Hecuba in the Bowtown Estate is a teriffic poem about rage, 'I am the bitch-mother that howls outside your window'. Donaldson as matriarch fears for her own daughter's life in Daughter Competing on Her Horse. While in Daughters Who Dance with Death she relates to Amy Winehouse's mother who said 'Each time I saw her I thought it would be the last.' This angst is beautifully reflected in the succeeding poem, The Adoration of the Shepherds with a Lamp, where Rembrandt portrays Mary cloaking her son, and in another painting by the artist the foreseen woe manifests, which the poet calls 'the dark night over Golgotha.'

The cover art of the collection depicts a foetus in utero and Anatomy of the Gravid Womb - William Hunter addresses the legacy of the physician who dissected the bodies of women who died not having reached full term pregnancy.
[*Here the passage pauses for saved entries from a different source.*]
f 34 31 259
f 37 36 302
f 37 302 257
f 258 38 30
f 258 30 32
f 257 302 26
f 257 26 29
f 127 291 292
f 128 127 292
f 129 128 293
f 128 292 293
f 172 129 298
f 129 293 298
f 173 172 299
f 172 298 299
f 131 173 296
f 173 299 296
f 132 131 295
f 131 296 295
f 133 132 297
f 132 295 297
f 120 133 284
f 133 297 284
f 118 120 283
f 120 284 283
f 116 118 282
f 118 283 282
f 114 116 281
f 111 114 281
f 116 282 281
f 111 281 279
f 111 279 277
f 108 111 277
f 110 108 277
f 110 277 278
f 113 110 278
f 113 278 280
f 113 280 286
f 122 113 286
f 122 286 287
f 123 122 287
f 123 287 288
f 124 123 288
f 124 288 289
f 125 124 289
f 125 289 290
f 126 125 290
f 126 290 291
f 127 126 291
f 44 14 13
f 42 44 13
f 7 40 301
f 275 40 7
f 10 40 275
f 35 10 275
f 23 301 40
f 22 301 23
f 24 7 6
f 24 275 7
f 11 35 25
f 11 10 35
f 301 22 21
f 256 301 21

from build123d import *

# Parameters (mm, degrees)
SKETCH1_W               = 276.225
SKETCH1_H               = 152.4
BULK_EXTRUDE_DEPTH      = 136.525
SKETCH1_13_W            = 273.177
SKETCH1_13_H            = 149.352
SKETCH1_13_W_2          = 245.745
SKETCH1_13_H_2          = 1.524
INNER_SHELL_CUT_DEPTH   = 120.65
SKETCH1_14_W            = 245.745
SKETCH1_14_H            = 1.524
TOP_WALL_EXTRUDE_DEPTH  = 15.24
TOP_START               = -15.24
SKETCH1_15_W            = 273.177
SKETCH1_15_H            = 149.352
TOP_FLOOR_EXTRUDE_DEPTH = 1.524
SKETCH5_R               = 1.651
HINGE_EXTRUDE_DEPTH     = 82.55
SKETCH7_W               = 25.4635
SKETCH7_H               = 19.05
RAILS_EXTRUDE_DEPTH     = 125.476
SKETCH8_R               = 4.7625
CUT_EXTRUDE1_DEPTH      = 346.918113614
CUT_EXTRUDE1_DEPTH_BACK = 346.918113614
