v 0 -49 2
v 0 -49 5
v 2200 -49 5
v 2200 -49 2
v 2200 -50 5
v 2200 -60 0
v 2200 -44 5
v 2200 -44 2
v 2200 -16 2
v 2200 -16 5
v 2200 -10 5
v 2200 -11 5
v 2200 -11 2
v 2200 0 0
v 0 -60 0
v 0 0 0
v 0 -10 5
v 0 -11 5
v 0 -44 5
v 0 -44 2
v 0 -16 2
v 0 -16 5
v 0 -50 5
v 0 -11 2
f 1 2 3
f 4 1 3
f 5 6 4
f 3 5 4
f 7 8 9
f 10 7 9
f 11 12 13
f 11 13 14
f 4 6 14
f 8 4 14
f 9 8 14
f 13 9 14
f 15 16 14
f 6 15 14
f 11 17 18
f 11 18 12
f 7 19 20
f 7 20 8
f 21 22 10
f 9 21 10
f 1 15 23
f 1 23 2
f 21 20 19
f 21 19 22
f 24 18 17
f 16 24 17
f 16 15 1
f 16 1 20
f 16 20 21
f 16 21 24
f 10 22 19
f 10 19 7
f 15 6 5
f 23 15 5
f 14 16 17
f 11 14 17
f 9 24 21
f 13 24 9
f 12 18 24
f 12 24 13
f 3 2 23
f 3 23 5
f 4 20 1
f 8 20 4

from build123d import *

# Parameters (mm, degrees)
SKETCH_1_W          = 2200
SKETCH_1_H          = 60
EXTRUDE_1_DEPTH     = 5
CHAMFER_1_SIZE      = 5
CHAMFER_1_SIZE_2    = 10
SKETCH_2_W          = 2200
SKETCH_2_H          = 5
CUT_EXTRUDE_2_DEPTH = 3


with BuildPart() as part:
    # Эскиз1 → Бобышка-Вытянуть1 (new body)
    with BuildSketch(Plane.XY):
        with Locations((1100, -30)):
            Rectangle(SKETCH_1_W, SKETCH_1_H)
    extrude(amount=EXTRUDE_1_DEPTH)

    # Фаска1
    # the kernel refuses this chamfer: 10, 5 mm, written as the material it takes off along each edge
    with BuildSketch(Plane(origin=(2225.898288738, 0, 5), x_dir=(0, 0.06891834360170877, -0.9976223042390326), z_dir=(-1, 0, 0)), Plane(origin=(-25.898288738, -60, 5), x_dir=(0, -0.06891834360170909, -0.9976223042390324), z_dir=(1, 0, 0))) as chamfer_1_piece_1:
        Polygon((CHAMFER_1_SIZE * 0.997622304239, CHAMFER_1_SIZE * 0.0689183436017), (-CHAMFER_1_SIZE_2 * 0.0689183436017, CHAMFER_1_SIZE_2 * 0.997622304239), (0, 0), align=None)
    extrude(amount=2251.796577476, mode=Mode.SUBTRACT)

    # Эскиз2 → Вырез-Вытянуть2 (cut)
    with BuildSketch(Plane.XY.offset(5)):
        with Locations((1100, -46.5)):
            Rectangle(SKETCH_2_W, SKETCH_2_H)
        with Locations((1100, -13.5)):
            Rectangle(SKETCH_2_W, SKETCH_2_H)
    extrude(amount=-CUT_EXTRUDE_2_DEPTH, mode=Mode.SUBTRACT)


solid = part.part
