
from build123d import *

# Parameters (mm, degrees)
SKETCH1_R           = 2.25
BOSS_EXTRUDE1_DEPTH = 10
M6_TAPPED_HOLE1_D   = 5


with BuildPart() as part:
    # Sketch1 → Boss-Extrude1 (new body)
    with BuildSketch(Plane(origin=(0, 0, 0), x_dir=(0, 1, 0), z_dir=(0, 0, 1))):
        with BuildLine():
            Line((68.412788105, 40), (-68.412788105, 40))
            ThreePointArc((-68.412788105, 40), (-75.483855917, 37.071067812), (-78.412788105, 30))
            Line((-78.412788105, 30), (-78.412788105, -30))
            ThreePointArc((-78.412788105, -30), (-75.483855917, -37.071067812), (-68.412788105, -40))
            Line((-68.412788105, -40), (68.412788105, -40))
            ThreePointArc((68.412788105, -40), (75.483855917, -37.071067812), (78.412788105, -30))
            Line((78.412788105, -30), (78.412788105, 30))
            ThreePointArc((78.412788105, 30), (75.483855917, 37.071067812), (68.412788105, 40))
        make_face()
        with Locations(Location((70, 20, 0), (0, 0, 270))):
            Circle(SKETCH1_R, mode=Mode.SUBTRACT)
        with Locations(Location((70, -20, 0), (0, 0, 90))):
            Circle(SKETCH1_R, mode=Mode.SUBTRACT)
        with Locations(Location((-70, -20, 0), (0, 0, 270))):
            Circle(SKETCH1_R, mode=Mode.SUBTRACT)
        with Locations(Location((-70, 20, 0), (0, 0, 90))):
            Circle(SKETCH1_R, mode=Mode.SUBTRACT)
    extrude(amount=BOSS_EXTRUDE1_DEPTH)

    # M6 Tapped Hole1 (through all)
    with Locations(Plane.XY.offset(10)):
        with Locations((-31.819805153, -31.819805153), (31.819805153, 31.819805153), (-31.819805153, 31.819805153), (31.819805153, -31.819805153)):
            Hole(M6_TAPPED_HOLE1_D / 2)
It leaves one queasy to think of this 'Foetus whole and intact: mother butchered.' In an article I found online Camilla Rostvik writes 'It is a reminder of the long patriarchal past of obstetrics.' God of the patriarchy is of the Old Testament in None Righteous and Rock of Ages. Tiresias, the ancient Greek prophet who spent seven years as a woman, leaves the reader dumbfounded by the sole interest of the old gods in 'whether the sex was better or worse.'

I adore this publication for Prayer to Black, Give Yourself Peace and Crone Song. This is an outstanding production and it is probably not fair for me to say anymore, except advise you get a copy to read. It is a master class on how a collection could be written, the composition of a maestro. Bone House is dedicated to Donaldson's granddaughter, Daisy. It contains an introduction by Paula Meehan. Like the sound of the 'singing bowl' struck like a gong in the final poem, Hearing, the artistry of these verse will continue to ring through my consciousness.